Beralih pada saat Penulis mengikuti seleksi calon hakim, Penulis kembali berjumpa dengan salah satu sosok perempuan hebat yang menjadi penguji dalam tahap wawancara yaitu, Dr. Latifah Setyawati, S.H., M.Hum.
Kalimat beliau di akhir sesi masih terpatri dalam ingatan: “Semoga kita bertemu nanti di kelas.” Bagi penulis, itu bukan sekadar ungkapan motivasi, melainkan bentuk nyata dukungan dan solidaritas perempuan dalam menapaki jalan panjang pada dunia Peradilan.
Doa itu pun terwujud dengan manis, ketika Penulis akhirnya bertemu kembali dengan beliau di ruang kelas Diklat Program Pendidikan Calon Hakim Terpadu, sebuah pertemuan yang terasa seperti siklus pembelajaran dan penguatan antar perempuan yang berjuang di jalur yang sama.
Selanjutnya, waktu terus berjalan mempertemukan banyak hal dan pelajaran. Selama masa pendidikan hakim, Penulis kembali beruntung dikelilingi figur-figur perempuan inspiratif.
Pada masa magang di Pengadilan Agama Jakarta Barat, Penulis dibimbing oleh Dra. Hj. Sahriyah, S., M.Si., satu-satunya hakim perempuan di Pengadilan tersebut.
Dengan keteduhan, kebijaksanaan, dan kecerdasannya, beliau menjadi teladan nyata bagaimana kelembutan bukan kelemahan, melainkan sumber kekuatan moral dalam memutus dan menimbang perkara yang menyangkut kehidupan manusia.
Pengadilan tersebut juga pernah menjadi “rumah” bagi sosok hebat Dra.

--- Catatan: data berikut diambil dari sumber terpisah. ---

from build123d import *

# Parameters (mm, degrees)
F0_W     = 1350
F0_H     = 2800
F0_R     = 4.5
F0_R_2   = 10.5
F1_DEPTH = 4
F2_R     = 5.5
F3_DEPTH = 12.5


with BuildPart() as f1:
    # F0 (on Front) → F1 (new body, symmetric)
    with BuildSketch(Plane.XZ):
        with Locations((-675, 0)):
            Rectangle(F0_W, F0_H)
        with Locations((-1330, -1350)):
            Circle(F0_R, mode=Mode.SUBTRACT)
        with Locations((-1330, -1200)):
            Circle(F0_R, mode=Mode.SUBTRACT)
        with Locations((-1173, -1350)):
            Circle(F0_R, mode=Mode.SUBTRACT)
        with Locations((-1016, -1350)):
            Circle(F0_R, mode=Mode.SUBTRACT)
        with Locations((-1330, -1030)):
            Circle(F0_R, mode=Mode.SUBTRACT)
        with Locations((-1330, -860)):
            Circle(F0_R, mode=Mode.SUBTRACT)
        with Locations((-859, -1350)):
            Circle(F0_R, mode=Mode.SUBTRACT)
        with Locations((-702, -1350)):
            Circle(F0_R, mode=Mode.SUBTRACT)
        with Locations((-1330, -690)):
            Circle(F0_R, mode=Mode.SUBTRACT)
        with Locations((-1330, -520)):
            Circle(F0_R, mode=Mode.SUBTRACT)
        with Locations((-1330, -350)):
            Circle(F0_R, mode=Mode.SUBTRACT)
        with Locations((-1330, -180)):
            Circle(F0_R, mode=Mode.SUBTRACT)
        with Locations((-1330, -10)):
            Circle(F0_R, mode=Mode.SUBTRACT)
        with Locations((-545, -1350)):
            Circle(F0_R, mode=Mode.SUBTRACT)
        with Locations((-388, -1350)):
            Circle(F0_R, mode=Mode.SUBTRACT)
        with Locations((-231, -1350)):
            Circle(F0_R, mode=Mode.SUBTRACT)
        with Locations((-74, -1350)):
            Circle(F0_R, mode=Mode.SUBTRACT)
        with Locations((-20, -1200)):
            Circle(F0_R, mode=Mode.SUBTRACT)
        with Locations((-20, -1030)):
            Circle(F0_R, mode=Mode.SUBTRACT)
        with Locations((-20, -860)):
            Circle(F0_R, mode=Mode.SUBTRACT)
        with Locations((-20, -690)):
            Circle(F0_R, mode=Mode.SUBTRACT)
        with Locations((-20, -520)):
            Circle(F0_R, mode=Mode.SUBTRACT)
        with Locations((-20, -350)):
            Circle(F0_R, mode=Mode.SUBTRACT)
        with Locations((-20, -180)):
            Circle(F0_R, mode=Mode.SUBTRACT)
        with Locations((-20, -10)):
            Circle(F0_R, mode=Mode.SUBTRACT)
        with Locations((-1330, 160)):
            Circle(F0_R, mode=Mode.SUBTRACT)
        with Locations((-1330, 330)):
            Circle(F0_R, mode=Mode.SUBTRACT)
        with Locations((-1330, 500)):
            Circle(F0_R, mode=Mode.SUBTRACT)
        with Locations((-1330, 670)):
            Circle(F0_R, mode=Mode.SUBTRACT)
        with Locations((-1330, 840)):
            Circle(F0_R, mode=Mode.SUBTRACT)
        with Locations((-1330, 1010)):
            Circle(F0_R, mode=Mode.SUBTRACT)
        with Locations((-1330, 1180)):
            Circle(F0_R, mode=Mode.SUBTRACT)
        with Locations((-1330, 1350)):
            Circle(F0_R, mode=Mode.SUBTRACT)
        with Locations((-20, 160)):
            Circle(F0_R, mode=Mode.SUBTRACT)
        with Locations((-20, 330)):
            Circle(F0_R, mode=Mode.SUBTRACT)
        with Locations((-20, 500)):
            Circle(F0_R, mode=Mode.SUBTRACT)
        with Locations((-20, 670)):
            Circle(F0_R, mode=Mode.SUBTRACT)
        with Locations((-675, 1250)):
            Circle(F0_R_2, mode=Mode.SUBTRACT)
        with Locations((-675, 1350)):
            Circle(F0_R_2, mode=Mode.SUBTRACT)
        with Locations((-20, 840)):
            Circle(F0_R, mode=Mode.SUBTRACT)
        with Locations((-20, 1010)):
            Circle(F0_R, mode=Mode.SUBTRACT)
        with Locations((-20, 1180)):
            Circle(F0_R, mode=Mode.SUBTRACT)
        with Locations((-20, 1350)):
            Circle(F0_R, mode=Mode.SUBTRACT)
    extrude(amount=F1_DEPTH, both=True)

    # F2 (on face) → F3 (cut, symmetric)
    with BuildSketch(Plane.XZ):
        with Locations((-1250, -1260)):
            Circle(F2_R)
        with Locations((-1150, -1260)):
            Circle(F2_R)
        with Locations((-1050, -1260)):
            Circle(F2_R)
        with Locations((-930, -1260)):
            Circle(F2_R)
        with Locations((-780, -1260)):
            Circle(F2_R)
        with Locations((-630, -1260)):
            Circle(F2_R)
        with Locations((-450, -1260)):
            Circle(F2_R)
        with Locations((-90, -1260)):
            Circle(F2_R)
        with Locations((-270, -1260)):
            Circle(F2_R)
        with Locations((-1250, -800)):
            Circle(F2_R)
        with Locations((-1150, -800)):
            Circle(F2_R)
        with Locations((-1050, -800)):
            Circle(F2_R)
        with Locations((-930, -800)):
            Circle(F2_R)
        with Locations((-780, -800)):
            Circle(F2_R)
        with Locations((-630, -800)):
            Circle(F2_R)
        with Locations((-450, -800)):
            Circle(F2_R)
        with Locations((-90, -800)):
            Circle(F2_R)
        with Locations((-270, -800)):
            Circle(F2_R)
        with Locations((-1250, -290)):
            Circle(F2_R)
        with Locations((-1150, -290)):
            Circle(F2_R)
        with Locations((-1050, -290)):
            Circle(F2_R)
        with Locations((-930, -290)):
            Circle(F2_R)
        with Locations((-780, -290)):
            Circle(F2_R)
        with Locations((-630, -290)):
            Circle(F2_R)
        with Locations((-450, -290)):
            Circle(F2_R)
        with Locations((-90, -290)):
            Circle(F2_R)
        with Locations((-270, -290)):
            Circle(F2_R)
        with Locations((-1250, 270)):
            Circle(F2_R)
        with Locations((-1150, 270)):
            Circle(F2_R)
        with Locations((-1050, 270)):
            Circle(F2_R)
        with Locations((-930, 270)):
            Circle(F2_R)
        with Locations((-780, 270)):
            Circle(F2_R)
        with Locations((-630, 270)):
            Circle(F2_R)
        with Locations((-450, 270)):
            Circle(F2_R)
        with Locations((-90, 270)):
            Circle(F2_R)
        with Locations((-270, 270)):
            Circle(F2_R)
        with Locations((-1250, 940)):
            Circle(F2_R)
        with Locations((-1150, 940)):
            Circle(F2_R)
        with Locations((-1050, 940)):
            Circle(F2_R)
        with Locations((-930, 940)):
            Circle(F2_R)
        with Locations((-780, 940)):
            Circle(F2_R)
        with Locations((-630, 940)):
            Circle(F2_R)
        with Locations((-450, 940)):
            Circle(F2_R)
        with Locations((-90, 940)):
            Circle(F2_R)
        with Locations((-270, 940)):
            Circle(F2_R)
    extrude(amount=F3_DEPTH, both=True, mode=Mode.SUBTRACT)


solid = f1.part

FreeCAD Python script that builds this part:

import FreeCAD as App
import Part
import Sketcher
from FreeCAD import Vector

doc = App.newDocument("Part")
body = doc.addObject("PartDesign::Body", "Body")

sketch1 = body.newObject("Sketcher::SketchObject", "Sketch")
sketch1.AttachmentSupport = (doc.getObject("XZ_Plane"), [""])
sketch1.MapMode = "FlatFace"
sketch1.addGeometry([
    Part.LineSegment(Vector(-1350, 1400, 0), Vector(-1350, -1400, 0)),
    Part.LineSegment(Vector(-1350, -1400, 0), Vector(0, -1400, 0)),
    Part.LineSegment(Vector(0, -1400, 0), Vector(0, 1400, 0)),
    Part.LineSegment(Vector(0, 1400, 0), Vector(-1350, 1400, 0)),
    Part.Circle(Vector(-1330, -1350, 0), Vector(0, 0, 1), 4.5),
    Part.Circle(Vector(-1330, -1200, 0), Vector(0, 0, 1), 4.5),
    Part.Circle(Vector(-1173, -1350, 0), Vector(0, 0, 1), 4.5),
    Part.Circle(Vector(-1330, -1030, 0), Vector(0, 0, 1), 4.5),
    Part.Circle(Vector(-1016, -1350, 0), Vector(0, 0, 1), 4.5),
    Part.Circle(Vector(-1330, -860, 0), Vector(0, 0, 1), 4.5),
    Part.Circle(Vector(-1330, -690, 0), Vector(0, 0, 1), 4.5),
    Part.Circle(Vector(-859, -1350, 0), Vector(0, 0, 1), 4.5),
    Part.Circle(Vector(-702, -1350, 0), Vector(0, 0, 1), 4.5),
    Part.Circle(Vector(-1330, -520, 0), Vector(0, 0, 1), 4.5),
    Part.Circle(Vector(-1330, -350, 0), Vector(0, 0, 1), 4.5),
    Part.Circle(Vector(-1330, -180, 0), Vector(0, 0, 1), 4.5),
    Part.Circle(Vector(-1330, -10, 0), Vector(0, 0, 1), 4.5),
    Part.Circle(Vector(-545, -1350, 0), Vector(0, 0, 1), 4.5),
    Part.Circle(Vector(-388, -1350, 0), Vector(0, 0, 1), 4.5),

Hj. Muhayah, S.H., M.H. yang sekarang berada pada puncak bersinarnya karir dan pengabdian di Mahkamah Agung.
Fotonya yang memperlihatkan sorot bijak, namun damai terpanjang sejajar dengan para Ketua Pengadilan Agama Jakarta Barat yang didominasi oleh laki-laki pada masanya.

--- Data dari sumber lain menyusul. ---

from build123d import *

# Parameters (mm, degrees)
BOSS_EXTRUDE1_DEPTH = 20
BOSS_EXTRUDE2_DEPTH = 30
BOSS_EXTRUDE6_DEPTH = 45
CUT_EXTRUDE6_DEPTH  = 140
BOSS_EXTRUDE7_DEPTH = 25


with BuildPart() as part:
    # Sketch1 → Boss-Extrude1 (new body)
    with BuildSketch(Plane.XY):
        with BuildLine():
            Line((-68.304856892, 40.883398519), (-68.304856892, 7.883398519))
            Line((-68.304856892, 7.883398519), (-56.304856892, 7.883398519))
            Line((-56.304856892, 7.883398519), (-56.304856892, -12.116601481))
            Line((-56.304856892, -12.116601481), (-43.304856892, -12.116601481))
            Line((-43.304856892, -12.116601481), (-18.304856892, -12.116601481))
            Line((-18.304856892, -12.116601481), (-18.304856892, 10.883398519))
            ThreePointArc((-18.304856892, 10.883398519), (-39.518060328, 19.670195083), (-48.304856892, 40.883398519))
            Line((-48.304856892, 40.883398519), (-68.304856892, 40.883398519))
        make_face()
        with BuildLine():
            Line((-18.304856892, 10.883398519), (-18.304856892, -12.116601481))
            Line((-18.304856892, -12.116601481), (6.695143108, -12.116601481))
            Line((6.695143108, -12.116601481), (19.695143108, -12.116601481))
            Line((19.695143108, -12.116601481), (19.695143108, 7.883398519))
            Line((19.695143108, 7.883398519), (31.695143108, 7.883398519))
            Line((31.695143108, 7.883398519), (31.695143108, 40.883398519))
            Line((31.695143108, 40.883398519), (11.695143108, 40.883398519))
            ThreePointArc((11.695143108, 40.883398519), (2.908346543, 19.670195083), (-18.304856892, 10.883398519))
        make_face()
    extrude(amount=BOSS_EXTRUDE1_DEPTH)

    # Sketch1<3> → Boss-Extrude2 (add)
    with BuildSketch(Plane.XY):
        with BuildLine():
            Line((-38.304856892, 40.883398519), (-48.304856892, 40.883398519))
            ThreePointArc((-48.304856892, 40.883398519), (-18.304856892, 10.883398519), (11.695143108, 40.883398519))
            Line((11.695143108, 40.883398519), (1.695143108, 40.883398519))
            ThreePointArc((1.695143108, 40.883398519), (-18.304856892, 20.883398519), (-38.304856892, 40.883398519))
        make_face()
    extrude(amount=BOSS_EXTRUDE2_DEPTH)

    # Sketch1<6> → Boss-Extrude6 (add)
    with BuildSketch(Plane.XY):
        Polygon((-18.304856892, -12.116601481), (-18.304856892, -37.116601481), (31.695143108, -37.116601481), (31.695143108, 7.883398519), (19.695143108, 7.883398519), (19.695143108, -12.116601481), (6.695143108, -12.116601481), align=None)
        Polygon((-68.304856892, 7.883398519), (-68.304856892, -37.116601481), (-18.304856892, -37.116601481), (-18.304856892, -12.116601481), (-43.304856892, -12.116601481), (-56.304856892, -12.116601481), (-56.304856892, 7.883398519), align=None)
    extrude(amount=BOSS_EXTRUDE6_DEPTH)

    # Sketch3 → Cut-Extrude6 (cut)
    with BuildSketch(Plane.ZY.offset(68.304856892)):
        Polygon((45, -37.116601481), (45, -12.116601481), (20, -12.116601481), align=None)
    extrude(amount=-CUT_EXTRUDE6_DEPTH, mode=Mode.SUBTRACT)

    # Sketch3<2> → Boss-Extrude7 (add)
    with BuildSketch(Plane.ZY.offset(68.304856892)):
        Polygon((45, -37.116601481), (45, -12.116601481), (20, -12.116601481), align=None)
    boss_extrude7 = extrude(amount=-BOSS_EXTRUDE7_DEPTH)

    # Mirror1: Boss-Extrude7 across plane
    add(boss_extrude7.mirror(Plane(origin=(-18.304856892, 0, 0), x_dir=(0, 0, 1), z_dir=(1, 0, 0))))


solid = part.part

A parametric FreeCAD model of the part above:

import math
import FreeCAD as App
import Part
import Sketcher
from FreeCAD import Vector


def add_polygon(sketch, points):
    """Adds a closed chain of lines whose ends are joined by coincident constraints."""
    first, n = sketch.GeometryCount, len(points)
    for a, b in zip(points, points[1:] + points[:1]):
        sketch.addGeometry(Part.LineSegment(App.Vector(*a, 0), App.Vector(*b, 0)), False)
    for i in range(n):
        sketch.addConstraint(Sketcher.Constraint("Coincident", first + i, 2, first + (i + 1) % n, 1))

doc = App.newDocument("Part")
body = doc.addObject("PartDesign::Body", "Body")

# Sketch on XY plane
sketch1 = doc.addObject("Sketcher::SketchObject", "Sketch")
body.addObject(sketch1)
sketch1.AttachmentSupport = (doc.XY_Plane, [""])
sketch1.MapMode = "FlatFace"
sketch1.addGeometry([
    Part.LineSegment(Vector(-68, 41, 0), Vector(-68, 8, 0)),  # 0
    Part.LineSegment(Vector(-68, 8, 0), Vector(-56, 8, 0)),  # 1
    Part.LineSegment(Vector(-56, 8, 0), Vector(-56, -12, 0)),  # 2
    Part.LineSegment(Vector(-56, -12, 0), Vector(20, -12, 0)),  # 3
    Part.LineSegment(Vector(20, -12, 0), Vector(20, 8, 0)),  # 4
    Part.LineSegment(Vector(20, 8, 0), Vector(32, 8, 0)),  # 5
    Part.LineSegment(Vector(32, 8, 0), Vector(32, 41, 0)),  # 6
    Part.LineSegment(Vector(32, 41, 0), Vector(12, 41, 0)),  # 7
    Part.ArcOfCircle(Part.Circle(Vector(-18, 41, 0), Vector(0, 0, 1), 30), math.radians(-90), math.radians(0)),  # 8
    Part.ArcOfCircle(Part.Circle(Vector(-18, 41, 0), Vector(0, 0, 1), 30), math.radians(180), math.radians(270)),  # 9
    Part.LineSegment(Vector(-48, 41, 0), Vector(-68, 41, 0)),  # 10
], False)
sketch1.addConstraint([
    Sketcher.Constraint("Coincident", 0, 2, 1, 1),
    Sketcher.Constraint("Coincident", 1, 2, 2, 1),
    Sketcher.Constraint("Coincident", 2, 2, 3, 1),
    Sketcher.Constraint("Coincident", 3, 2, 4, 1),
    Sketcher.Constraint("Coincident", 4, 2, 5, 1),
    Sketcher.Constraint("Coincident", 5, 2, 6, 1),
    Sketcher.Constraint("Coincident", 6, 2, 7, 1),
    Sketcher.Constraint("Coincident", 7, 2, 8, 2),
    Sketcher.Constraint("Tangent", 8, 1, 9, 2),
    Sketcher.Constraint("Coincident", 9, 1, 10, 1),
    Sketcher.Constraint("Coincident", 10, 2, 0, 1),
    Sketcher.Constraint("Vertical", 0),
    Sketcher.Constraint("Horizontal", 1),
    Sketcher.Constraint("Vertical", 2),
    Sketcher.Constraint("Horizontal", 3),
    Sketcher.Constraint("Vertical", 4),
    Sketcher.Constraint("Horizontal", 5),
    Sketcher.Constraint("Vertical", 6),
    Sketcher.Constraint("Horizontal", 7),
    Sketcher.Constraint("Horizontal", 10),
    Sketcher.Constraint("Equal", 8, 9),
    Sketcher.Constraint("Horizontal", 1, 2, 4, 2),
    Sketcher.Constraint("Horizontal", 9, 3, 6, 2),
    Sketcher.Constraint("Horizontal", 7, 2, 9, 1),
    Sketcher.Constraint("Vertical", 9, 3, 8, 1),
    Sketcher.Constraint("Equal", 1, 5),
    Sketcher.Constraint("Equal", 7, 10),
    Sketcher.Constraint("Equal", 10, 2),
    Sketcher.Constraint("Radius", 8, 30.0),
    Sketcher.Constraint("DistanceX", 1, 1, 1, 2, 12.0),
    Sketcher.Constraint("DistanceX", 3, 1, 3, 2, 76.0),
    Sketcher.Constraint("DistanceY", 0, 2, 0, 1, 33.0),
    Sketcher.Constraint("DistanceY", -1, 1, 8, 3, 40.883399),
    Sketcher.Constraint("DistanceX", 8, 3, -1, 1, 18.304857),
])
pad1 = doc.addObject("PartDesign::Pad", "Pad")
body.addObject(pad1)
pad1.Profile = sketch1
pad1.Length = 20

# Sketch on XY plane
sketch2 = doc.addObject("Sketcher::SketchObject", "Sketch001")
body.addObject(sketch2)
sketch2.AttachmentSupport = (doc.XY_Plane, [""])
sketch2.MapMode = "FlatFace"
sketch2.addGeometry([
    Part.LineSegment(Vector(-38, 41, 0), Vector(-48, 41, 0)),
    Part.ArcOfCircle(Part.Circle(Vector(-18, 41, 0), Vector(0, 0, 1), 30), math.radians(180), math.radians(360)),
    Part.LineSegment(Vector(12, 41, 0), Vector(2, 41, 0)),
    Part.ArcOfCircle(Part.Circle(Vector(-18, 41, 0), Vector(0, 0, 1), 20), math.radians(180), math.radians(360)),
], False)
sketch2.addConstraint([
    Sketcher.Constraint("Coincident", 0, 2, 1, 1),
    Sketcher.Constraint("Coincident", 1, 2, 2, 1),
    Sketcher.Constraint("Coincident", 2, 2, 3, 2),
    Sketcher.Constraint("Coincident", 3, 1, 0, 1),
    Sketcher.Constraint("Horizontal", 0),
    Sketcher.Constraint("Horizontal", 2),
    Sketcher.Constraint("Coincident", 3, 3, 1, 3),
    Sketcher.Constraint("Horizontal", 3, 3, 0, 2),
    Sketcher.Constraint("Horizontal", 0, 2, 1, 2),
    Sketcher.Constraint("Radius", 1, 30.0),
    Sketcher.Constraint("Radius", 3, 20.0),
    Sketcher.Constraint("DistanceY", -1, 1, 1, 3, 40.883399),
    Sketcher.Constraint("DistanceX", 1, 3, -1, 1, 18.304857),
])
pad2 = doc.addObject("PartDesign::Pad", "Pad001")
body.addObject(pad2)
pad2.Profile = sketch2
pad2.Length = 30

# Sketch on XY plane
sketch3 = doc.addObject("Sketcher::SketchObject", "Sketch002")
body.addObject(sketch3)
sketch3.AttachmentSupport = (doc.XY_Plane, [""])
sketch3.MapMode = "FlatFace"
add_polygon(sketch3, [(32, -37), (32, 8), (20, 8), (20, -12), (-56, -12), (-56, 8), (-68, 8), (-68, -37)])  # lines 0-7
sketch3.addConstraint([
    Sketcher.Constraint("Vertical", 0),
    Sketcher.Constraint("Horizontal", 1),
    Sketcher.Constraint("Vertical", 2),
    Sketcher.Constraint("Horizontal", 3),
    Sketcher.Constraint("Vertical", 4),
    Sketcher.Constraint("Horizontal", 5),
    Sketcher.Constraint("Vertical", 6),
    Sketcher.Constraint("Horizontal", 7),
    Sketcher.Constraint("Horizontal", 1, 2, 4, 2),
    Sketcher.Constraint("Equal", 1, 5),
    Sketcher.Constraint("DistanceX", 1, 2, 1, 1, 12.0),
    Sketcher.Constraint("DistanceX", 3, 2, 3, 1, 76.0),
    Sketcher.Constraint("DistanceY", 0, 1, 0, 2, 45.0),
    Sketcher.Constraint("DistanceY", 2, 2, 2, 1, 20.0),
    Sketcher.Constraint("DistanceY", -1, 1, 0, 2, 7.883399),
    Sketcher.Constraint("DistanceX", -1, 1, 0, 2, 31.695143),
])
pad3 = doc.addObject("PartDesign::Pad", "Pad002")
body.addObject(pad3)
pad3.Profile = sketch3
pad3.Length = 45

# Sketch on YZ plane
sketch4 = doc.addObject("Sketcher::SketchObject", "Sketch003")
body.addObject(sketch4)
sketch4.AttachmentSupport = (doc.YZ_Plane, [""])
sketch4.MapMode = "FlatFace"
sketch4.AttachmentOffset = App.Placement(Vector(0, 0, -68.304857), App.Rotation())
add_polygon(sketch4, [(-37, 45), (-12, 45), (-12, 20)])  # lines 0-2
sketch4.addConstraint([
    Sketcher.Constraint("Horizontal", 0),
    Sketcher.Constraint("Vertical", 1),
    Sketcher.Constraint("Equal", 0, 1),
    Sketcher.Constraint("DistanceX", 0, 1, 0, 2, 25.0),
    Sketcher.Constraint("DistanceY", -1, 1, 0, 2, 45.0),
    Sketcher.Constraint("DistanceX", 0, 2, -1, 1, 12.116601),
])
pocket1 = doc.addObject("PartDesign::Pocket", "Pocket")
body.addObject(pocket1)
pocket1.Profile = sketch4
pocket1.Length = 140
pocket1.Reversed = True

# Sketch on YZ plane
sketch5 = doc.addObject("Sketcher::SketchObject", "Sketch004")
body.addObject(sketch5)
sketch5.AttachmentSupport = (doc.YZ_Plane, [""])
sketch5.MapMode = "FlatFace"
sketch5.AttachmentOffset = App.Placement(Vector(0, 0, -68.304857), App.Rotation())
add_polygon(sketch5, [(-37, 45), (-12, 45), (-12, 20)])  # lines 0-2
sketch5.addConstraint([
    Sketcher.Constraint("Horizontal", 0),
    Sketcher.Constraint("Vertical", 1),
    Sketcher.Constraint("Equal", 0, 1),
    Sketcher.Constraint("DistanceX", 0, 1, 0, 2, 25.0),
    Sketcher.Constraint("DistanceY", -1, 1, 0, 2, 45.0),
    Sketcher.Constraint("DistanceX", 0, 2, -1, 1, 12.116601),
])
pad4 = doc.addObject("PartDesign::Pad", "Pad003")
body.addObject(pad4)
pad4.Profile = sketch5
pad4.Length = 25
doc.recompute()

datumplane = doc.addObject("PartDesign::Plane", "DatumPlane")
body.addObject(datumplane)
datumplane.AttachmentSupport = (doc.YZ_Plane, [""])
datumplane.MapMode = "FlatFace"
datumplane.AttachmentOffset = App.Placement(Vector(0, 0, -18.304857), App.Rotation())
mirrored = doc.addObject("PartDesign::Mirrored", "Mirrored")
body.addObject(mirrored)
mirrored.Originals = [pad4]
mirrored.MirrorPlane = (datumplane, [""])
body.Tip = mirrored

doc.recompute()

Potret tersebut, bagaikan simbol bahwa kebijaksanaan dan kepemimpinan tidak ditentukan oleh gender tapi oleh integritas, empati dan pengabdian.

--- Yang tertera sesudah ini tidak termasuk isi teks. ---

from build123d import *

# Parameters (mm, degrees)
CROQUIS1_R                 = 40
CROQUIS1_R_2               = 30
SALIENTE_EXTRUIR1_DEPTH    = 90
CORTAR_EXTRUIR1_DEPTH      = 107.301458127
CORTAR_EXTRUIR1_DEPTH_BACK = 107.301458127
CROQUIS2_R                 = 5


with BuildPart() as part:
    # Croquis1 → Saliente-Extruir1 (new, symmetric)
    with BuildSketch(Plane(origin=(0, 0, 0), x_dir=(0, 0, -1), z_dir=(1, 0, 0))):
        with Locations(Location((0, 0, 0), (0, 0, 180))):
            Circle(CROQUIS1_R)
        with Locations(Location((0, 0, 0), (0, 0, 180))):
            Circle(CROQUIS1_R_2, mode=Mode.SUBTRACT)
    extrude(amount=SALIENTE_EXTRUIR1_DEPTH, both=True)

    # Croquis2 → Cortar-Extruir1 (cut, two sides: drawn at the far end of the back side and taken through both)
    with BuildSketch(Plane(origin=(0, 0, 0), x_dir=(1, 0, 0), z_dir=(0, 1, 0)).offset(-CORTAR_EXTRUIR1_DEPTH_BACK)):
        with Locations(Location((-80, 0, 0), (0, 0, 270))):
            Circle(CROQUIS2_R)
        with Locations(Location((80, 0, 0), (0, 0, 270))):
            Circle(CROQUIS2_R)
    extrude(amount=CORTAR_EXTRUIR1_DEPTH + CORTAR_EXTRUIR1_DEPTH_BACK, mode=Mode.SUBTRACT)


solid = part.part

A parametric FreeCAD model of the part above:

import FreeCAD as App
import Part
import Sketcher
Q = App.Units.Quantity

doc = App.newDocument("Part")
body = doc.addObject("PartDesign::Body", "Body")

# Sketch on YZ plane
sketch1 = body.newObject("Sketcher::SketchObject", "Sketch")
sketch1.AttachmentSupport = (doc.getObject("YZ_Plane"), [""])
sketch1.MapMode = "FlatFace"
sketch1.addGeometry([
    Part.Circle(App.Vector(0, 0, 0), App.Vector(0, 0, 1), 40),
    Part.Circle(App.Vector(0, 0, 0), App.Vector(0, 0, 1), 30),
], False)
sketch1.addConstraint([
    Sketcher.Constraint("Coincident", 0, 3, -1, 1),
    Sketcher.Constraint("Coincident", 1, 3, -1, 1),
    Sketcher.Constraint("Diameter", 0, Q("80 mm")),
    Sketcher.Constraint("Diameter", 1, Q("60 mm")),
])
pad1 = body.newObject("PartDesign::Pad", "Pad")
pad1.Profile = sketch1
pad1.Length = 180
pad1.Midplane = True

# Sketch on XZ plane
sketch2 = body.newObject("Sketcher::SketchObject", "Sketch001")
sketch2.AttachmentSupport = (doc.getObject("XZ_Plane"), [""])
sketch2.MapMode = "FlatFace"
sketch2.addGeometry([
    Part.Circle(App.Vector(-80, 0, 0), App.Vector(0, 0, 1), 5),
    Part.Circle(App.Vector(80, 0, 0), App.Vector(0, 0, 1), 5),
], False)
sketch2.addConstraint([
    Sketcher.Constraint("Equal", 0, 1),
    Sketcher.Constraint("Symmetric", 0, 3, 1, 3, -1, 1),
    Sketcher.Constraint("PointOnObject", 0, 3, -1),
    Sketcher.Constraint("Diameter", 0, Q("10 mm")),
    Sketcher.Constraint("DistanceX", 0, 3, -1, 1, Q("80 mm")),
])
pocket1 = body.newObject("PartDesign::Pocket", "Pocket")
pocket1.Profile = sketch2
pocket1.Type = "ThroughAll"
pocket1.Midplane = True

doc.recompute()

Selanjutnya, saat Penulis genap menyelesaikan tahapan Pendidikan dan Pelatihan Calon Hakim Terpadu, Penulis dilantik oleh Dwi Husna Sari, S.H.I., Ketua Pengadilan Agama Pagar Alam saat itu, seorang pemimpin yang suportif dan penuh semangat.
Beliau selalu menekankan bahwa perempuan tidak hanya mampu hadir dalam ruang keadilan, melainkan juga dapat menjadi wajah keadilan itu sendiri, wajah yang tidak hanya rasional, tetapi juga penuh kepedulian.
Refleksi dan pengalaman para hakim perempuan tersebut sejalan dengan kerangka konkret “ethics of care” yang telah disinggung pada sub bab di atas.
Penulis yakin sekali masih banyak Hakim Perempuan yang dapat menginspirasi Hakim Perempuan lainnya di belahan wilayah Indonesia, yang menegakkan hukum tidak hanya sebagai instrumen normatif. Tetapi, sebagai ruang kemanusiaan, tempat keadilan dihidupkan melalui empati, kepedulian, dan kemampuan untuk mendengarkan.
Penutup: Keadilan yang Merawat
Mahkamah Agung Republik Indonesia telah menunjukkan wajah lembaga yang semakin inklusif dan berpihak pada kesetaraan. Dukungan Mahkamah Agung juga tampak nyata dari berbagai inisiatif.
Salah satunya dengan pembentukan Badan Perhimpunan Hakim Perempuan Indonesia (BPHPI) dalam rangka meningkatkan peran kepemimpinan hakim perempuan di Pengadilan.
Keadilan sering digambarkan dengan sosok perempuan bertutup mata memegang pedang dan timbangan, simbol netralitas dan ketegasan.
Namun, penutup mata itu bukan kebutaan apalagi untuk menolak empati, melainkan agar ia bisa melihat dengan hati. Keadilan yang feminin, bukanlah keadilan yang rapuh, tetapi keadilan yang menghidupkan.
Penguatan peran perempuan dalam Peradilan tidak dimaksudkan sebagai penggantian terhadap laki-laki melainkan menggenapkan dan melengkapi.
Pada akhirnya, Hakim perempuan dan Hakim laki-laki memiliki peluang yang sama untuk bersinar, berkarya serta memberikan kontribusi dalam lembaga peradilan.
Kolaborasi etis antara Hakim laki-laki dan Hakim perempuan akan mewujudkan hukum yang berkeadilan, bermartabat dan berperikemanusiaan.